Using an example, assume the expected market return across the stock market is 6% with a standard deviation of 10%, and the risk-free return is 2%. Plotting the return on this bull call strategy (with spread of \(\delta K\) ) against \(K/S_{0}\) would produce the graphs shown in Figure 1.

Figure 1
Figure 1.Expected returns versus likelihood of positive outcome.

So, looking at the left panel of Figure 1, for a bull call spread strategy with a strike price of less than about 50% of the current stock value, you can be virtually guaranteed a profit and therefore expect to get the risk-free rate. For a bull call spread strategy with a strike price well above the current stock price, there are very high expected returns, but there is also a much higher probability of making a loss.

Looking at the right panel of Figure 1, if the probability of winning is less than ~20%, returns should be expected to be above 100%. If the probability of winning is greater than ~95%, returns should be less than 10%.

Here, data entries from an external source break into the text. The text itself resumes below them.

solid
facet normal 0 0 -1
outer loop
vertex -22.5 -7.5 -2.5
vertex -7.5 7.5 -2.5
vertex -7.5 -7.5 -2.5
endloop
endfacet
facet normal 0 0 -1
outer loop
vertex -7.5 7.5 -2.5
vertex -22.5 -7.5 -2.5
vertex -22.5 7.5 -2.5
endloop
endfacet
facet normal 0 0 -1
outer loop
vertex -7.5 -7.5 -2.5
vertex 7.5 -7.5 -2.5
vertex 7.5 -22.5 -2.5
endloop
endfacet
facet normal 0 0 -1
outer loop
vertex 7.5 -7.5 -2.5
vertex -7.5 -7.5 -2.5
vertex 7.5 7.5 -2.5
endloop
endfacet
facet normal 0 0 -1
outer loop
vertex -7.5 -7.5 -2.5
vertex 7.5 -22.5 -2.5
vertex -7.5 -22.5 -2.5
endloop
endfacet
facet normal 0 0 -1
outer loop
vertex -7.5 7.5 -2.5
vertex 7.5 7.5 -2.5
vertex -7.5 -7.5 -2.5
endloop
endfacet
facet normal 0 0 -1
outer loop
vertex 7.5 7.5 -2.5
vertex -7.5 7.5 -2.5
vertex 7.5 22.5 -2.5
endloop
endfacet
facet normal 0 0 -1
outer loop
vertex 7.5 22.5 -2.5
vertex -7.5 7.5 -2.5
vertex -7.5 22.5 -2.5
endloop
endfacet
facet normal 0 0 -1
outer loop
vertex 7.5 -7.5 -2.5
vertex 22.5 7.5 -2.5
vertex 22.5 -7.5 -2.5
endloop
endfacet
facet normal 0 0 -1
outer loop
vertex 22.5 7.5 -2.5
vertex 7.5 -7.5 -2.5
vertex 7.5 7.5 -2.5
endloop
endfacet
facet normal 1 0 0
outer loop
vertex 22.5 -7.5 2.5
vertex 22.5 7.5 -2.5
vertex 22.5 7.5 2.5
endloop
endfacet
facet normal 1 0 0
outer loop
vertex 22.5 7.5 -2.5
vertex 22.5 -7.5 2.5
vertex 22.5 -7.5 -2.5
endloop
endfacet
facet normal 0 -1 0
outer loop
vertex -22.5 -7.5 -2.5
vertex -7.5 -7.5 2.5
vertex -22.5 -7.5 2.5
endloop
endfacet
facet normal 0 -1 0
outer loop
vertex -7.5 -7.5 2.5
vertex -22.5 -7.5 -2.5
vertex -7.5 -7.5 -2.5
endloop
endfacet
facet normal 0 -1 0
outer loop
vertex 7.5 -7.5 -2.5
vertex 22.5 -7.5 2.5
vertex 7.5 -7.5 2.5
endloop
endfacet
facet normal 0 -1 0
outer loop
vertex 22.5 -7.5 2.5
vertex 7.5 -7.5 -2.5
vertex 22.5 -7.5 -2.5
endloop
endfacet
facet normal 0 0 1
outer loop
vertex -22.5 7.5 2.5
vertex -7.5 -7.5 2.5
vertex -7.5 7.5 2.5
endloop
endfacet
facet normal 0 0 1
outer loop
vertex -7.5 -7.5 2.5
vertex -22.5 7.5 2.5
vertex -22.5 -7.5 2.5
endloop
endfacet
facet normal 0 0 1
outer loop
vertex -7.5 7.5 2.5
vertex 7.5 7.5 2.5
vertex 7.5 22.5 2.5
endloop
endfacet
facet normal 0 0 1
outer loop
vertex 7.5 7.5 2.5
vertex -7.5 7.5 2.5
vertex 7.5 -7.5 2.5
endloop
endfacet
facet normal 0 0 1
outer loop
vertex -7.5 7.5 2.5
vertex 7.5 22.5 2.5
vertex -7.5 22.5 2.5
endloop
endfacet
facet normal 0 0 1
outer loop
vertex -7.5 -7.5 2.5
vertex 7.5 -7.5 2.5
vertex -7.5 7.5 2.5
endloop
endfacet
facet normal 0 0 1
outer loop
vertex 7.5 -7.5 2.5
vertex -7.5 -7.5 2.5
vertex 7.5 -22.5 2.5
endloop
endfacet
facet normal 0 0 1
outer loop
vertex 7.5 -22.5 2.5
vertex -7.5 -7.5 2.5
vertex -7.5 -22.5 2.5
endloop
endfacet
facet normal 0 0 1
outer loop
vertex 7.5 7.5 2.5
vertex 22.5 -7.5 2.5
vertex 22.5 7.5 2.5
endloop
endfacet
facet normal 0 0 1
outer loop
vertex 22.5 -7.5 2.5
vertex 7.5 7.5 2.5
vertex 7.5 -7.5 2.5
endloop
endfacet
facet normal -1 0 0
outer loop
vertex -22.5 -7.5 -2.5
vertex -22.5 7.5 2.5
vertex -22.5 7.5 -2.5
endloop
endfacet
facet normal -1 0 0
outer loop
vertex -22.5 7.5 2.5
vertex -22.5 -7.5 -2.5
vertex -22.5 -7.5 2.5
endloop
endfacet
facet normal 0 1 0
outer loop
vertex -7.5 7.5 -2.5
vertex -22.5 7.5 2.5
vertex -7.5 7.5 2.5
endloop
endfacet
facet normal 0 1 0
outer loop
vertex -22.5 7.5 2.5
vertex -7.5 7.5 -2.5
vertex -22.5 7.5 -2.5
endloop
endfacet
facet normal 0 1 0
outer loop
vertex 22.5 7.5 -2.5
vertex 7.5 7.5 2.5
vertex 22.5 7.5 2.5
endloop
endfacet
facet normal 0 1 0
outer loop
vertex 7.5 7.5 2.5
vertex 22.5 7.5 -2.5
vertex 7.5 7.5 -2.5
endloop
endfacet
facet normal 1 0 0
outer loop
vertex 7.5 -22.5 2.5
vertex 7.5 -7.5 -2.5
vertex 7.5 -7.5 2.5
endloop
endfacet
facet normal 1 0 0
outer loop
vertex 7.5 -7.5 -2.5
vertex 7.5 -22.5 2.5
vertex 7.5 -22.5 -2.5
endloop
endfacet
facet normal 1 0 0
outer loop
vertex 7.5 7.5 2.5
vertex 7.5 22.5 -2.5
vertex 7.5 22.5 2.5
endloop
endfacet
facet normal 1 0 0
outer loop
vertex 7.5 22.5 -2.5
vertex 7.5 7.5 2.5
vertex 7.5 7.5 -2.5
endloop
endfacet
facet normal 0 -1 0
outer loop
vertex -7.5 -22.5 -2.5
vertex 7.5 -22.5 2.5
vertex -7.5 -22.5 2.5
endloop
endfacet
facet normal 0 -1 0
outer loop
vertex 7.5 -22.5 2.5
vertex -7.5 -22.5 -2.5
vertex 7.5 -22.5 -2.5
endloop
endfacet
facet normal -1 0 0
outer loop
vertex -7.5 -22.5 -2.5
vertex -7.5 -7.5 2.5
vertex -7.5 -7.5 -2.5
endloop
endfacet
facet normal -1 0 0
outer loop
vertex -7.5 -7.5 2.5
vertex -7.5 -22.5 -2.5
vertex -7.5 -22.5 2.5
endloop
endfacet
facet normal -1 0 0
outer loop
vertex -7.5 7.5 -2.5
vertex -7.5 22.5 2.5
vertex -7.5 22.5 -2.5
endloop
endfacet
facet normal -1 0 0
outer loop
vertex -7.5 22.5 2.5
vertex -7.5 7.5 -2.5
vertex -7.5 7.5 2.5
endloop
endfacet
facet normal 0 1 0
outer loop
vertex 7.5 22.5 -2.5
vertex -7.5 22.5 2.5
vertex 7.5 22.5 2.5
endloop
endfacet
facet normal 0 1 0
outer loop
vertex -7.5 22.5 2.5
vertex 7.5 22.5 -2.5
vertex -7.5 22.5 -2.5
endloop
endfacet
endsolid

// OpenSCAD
union()
{
    linear_extrude(height = 5.0, twist = 0.0, scale = 1.0, slices = 1, center = true)
    {
        scale([45.0, 15.0])
        {
            M52();
        }
    }
    linear_extrude(height = 5.0, twist = 0.0, scale = 1.0, slices = 1, center = true)
    {
        scale([15.0, 45.0])
        {
            M52();
        }
    }
}

module M52()
{
    polygon
    (
        points =
        [
            [-0.5, -0.5], 
            [0.5, -0.5], 
            [0.5, 0.5], 
            [-0.5, 0.5]
        ],
        paths =
        [
            [0, 1, 2, 3]
        ]
    );
}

This approach is a form of spectral pricing, where the overall investment stock risk is broken down into units, or tranches, of risk. Some units are virtually risk-free, with low returns and low volatility. Others are high risk and high volatility. Given this risk/return profile, if presented with another stock with higher or lower volatility, the aggregate equivalent return can be implied. To do this, the expected return formula needs to be restated as follows:

\(E\lbrack bull\ call\ return\ at\ K\ with\ spread\ \delta K\rbrack = \frac{P(S_{T} > K)e^{r_{f}t}}{\Phi(\Phi^{- 1}(P(S_{T} > K)) + \frac{r_{f} - \mu_{m}}{\sigma_{m}}\sqrt{t})} - 1.\)

Note that the denominator of this formula is consistent with the Wang transform but has been independently derived.

Effectively, this approach is doing the same as what the CAPM would do. Given a risk-free rate, and the returns on one stock, the equivalent returns on a second stock (or asset/liability) can be calculated.

5. A clarification of the return parameter \(\mu\)

Stock returns are often assumed to follow a normal distribution and to be continuously compounded, which translates to the stock prices following a lognormal distribution. The definition of the return parameter \(\mu\) is typically done using generalized Brownian motion and Itô’s lemma, which states

\[dG = \left( \mu - \frac{\sigma^{2}}{2} \right)dt + \sigma dz.\]

This is equivalent to

\[\ln\left( \frac{S_{t}}{S_{t - 1}} \right) \sim normal\left( \mu T - \frac{\sigma^{2}}{2}T,\ \sigma^{2}T \right).\]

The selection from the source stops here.